Please copy out the entries until you have copied the line that contains "(14.8, 1), align=None)", beginning with the first line.
───── MATERIAL FOR THIS TASK
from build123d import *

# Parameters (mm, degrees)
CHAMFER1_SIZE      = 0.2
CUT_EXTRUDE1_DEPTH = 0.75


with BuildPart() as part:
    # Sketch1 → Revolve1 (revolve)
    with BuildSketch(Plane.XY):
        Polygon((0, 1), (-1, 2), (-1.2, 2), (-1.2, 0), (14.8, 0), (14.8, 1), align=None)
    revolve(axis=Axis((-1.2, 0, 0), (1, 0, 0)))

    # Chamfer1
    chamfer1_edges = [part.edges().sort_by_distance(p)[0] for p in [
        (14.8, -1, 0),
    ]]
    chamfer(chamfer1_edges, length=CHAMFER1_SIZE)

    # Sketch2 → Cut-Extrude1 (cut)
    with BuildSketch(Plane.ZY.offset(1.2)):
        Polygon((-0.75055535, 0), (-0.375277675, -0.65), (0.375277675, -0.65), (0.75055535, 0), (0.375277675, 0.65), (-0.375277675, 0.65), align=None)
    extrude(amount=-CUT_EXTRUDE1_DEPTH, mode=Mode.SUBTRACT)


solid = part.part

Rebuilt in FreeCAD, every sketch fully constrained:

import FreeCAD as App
import Part
import Sketcher
from FreeCAD import Vector
Q = App.Units.Quantity


def edges_at(feature, points):
    """Names of the edges that pass closest to the given points."""
    edges = feature.Shape.Edges
    near = lambda p: min(range(len(edges)), key=lambda i: edges[i].distToShape(Part.Vertex(*p))[0])
    return sorted({f"Edge{near(p) + 1}" for p in points})


def add_polygon(sketch, points):
    """Adds a closed chain of lines whose ends are joined by coincident constraints."""
    first, n = sketch.GeometryCount, len(points)
    for a, b in zip(points, points[1:] + points[:1]):
        sketch.addGeometry(Part.LineSegment(App.Vector(*a, 0), App.Vector(*b, 0)), False)
    for i in range(n):
        sketch.addConstraint(Sketcher.Constraint("Coincident", first + i, 2, first + (i + 1) % n, 1))

doc = App.newDocument("Part")
body = doc.addObject("PartDesign::Body", "Body")

# Sketch on XY plane
sketch1 = doc.addObject("Sketcher::SketchObject", "Sketch")
body.addObject(sketch1)
sketch1.AttachmentSupport = (doc.XY_Plane, [""])
sketch1.MapMode = "FlatFace"
add_polygon(sketch1, [(0, 1), (-1, 2), (-1.2, 2), (-1.2, 0), (14.8, 0), (14.8, 1)])  # lines 0-5
sketch1.addConstraint([
    Sketcher.Constraint("Horizontal", 1),
    Sketcher.Constraint("Vertical", 2),
    Sketcher.Constraint("Horizontal", 3),
    Sketcher.Constraint("Vertical", 4),
    Sketcher.Constraint("Horizontal", 5),
    Sketcher.Constraint("PointOnObject", 2, 2, -1),
    Sketcher.Constraint("PointOnObject", 5, 2, -2),
    Sketcher.Constraint("DistanceX", 3, 1, 3, 2, 16.0),
    Sketcher.Constraint("DistanceY", 2, 2, 2, 1, 2.0),
    Sketcher.Constraint("DistanceY", 4, 1, 4, 2, 1.0),
    Sketcher.Constraint("Angle", 0, Q("135 deg")),
    Sketcher.Constraint("DistanceX", 1, 2, 1, 1, 0.2),
])
revolution = doc.addObject("PartDesign::Revolution", "Revolution")
body.addObject(revolution)
revolution.Profile = sketch1
revolution.ReferenceAxis = (sketch1, ["H_Axis"])
revolution.Angle = 360
doc.recompute()

chamfer = doc.addObject("PartDesign::Chamfer", "Chamfer")
body.addObject(chamfer)
chamfer.Base = (revolution, edges_at(revolution, [(14.8, -1, 0)]))
chamfer.Size = 0.2

# Sketch on YZ plane
sketch2 = doc.addObject("Sketcher::SketchObject", "Sketch001")
body.addObject(sketch2)
sketch2.AttachmentSupport = (doc.YZ_Plane, [""])
sketch2.MapMode = "FlatFace"
sketch2.AttachmentOffset = App.Placement(Vector(0, 0, -1.2), App.Rotation())
add_polygon(sketch2, [(0, -0.750555), (-0.65, -0.375278), (-0.65, 0.375278), (0, 0.750555), (0.65, 0.375278), (0.65, -0.375278)])  # lines 0-5
sketch2.addConstraint([
    Sketcher.Constraint("Vertical", 1),
    Sketcher.Constraint("Vertical", 4),
    Sketcher.Constraint("Symmetric", 0, 2, 3, 2, -1, 1),
    Sketcher.Constraint("Symmetric", 2, 2, 5, 2, -1, 1),
    Sketcher.Constraint("PointOnObject", 2, 2, -2),
    Sketcher.Constraint("Parallel", 2, 5),
    Sketcher.Constraint("Horizontal", 1, 2, 3, 2),
    Sketcher.Constraint("Angle", 0, Q("150 deg")),
    Sketcher.Constraint("DistanceX", 1, 2, 3, 2, 1.3),
    Sketcher.Constraint("DistanceY", 1, 1, 1, 2, 0.750555),
])
pocket1 = doc.addObject("PartDesign::Pocket", "Pocket")
body.addObject(pocket1)
pocket1.Profile = sketch2
pocket1.Length = 0.75
pocket1.Reversed = True

doc.recompute()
──────────
RESPONSE BOX:
from build123d import *

# Parameters (mm, degrees)
CHAMFER1_SIZE      = 0.2
CUT_EXTRUDE1_DEPTH = 0.75


with BuildPart() as part:
    # Sketch1 → Revolve1 (revolve)
    with BuildSketch(Plane.XY):
        Polygon((0, 1), (-1, 2), (-1.2, 2), (-1.2, 0), (14.8, 0), (14.8, 1), align=None)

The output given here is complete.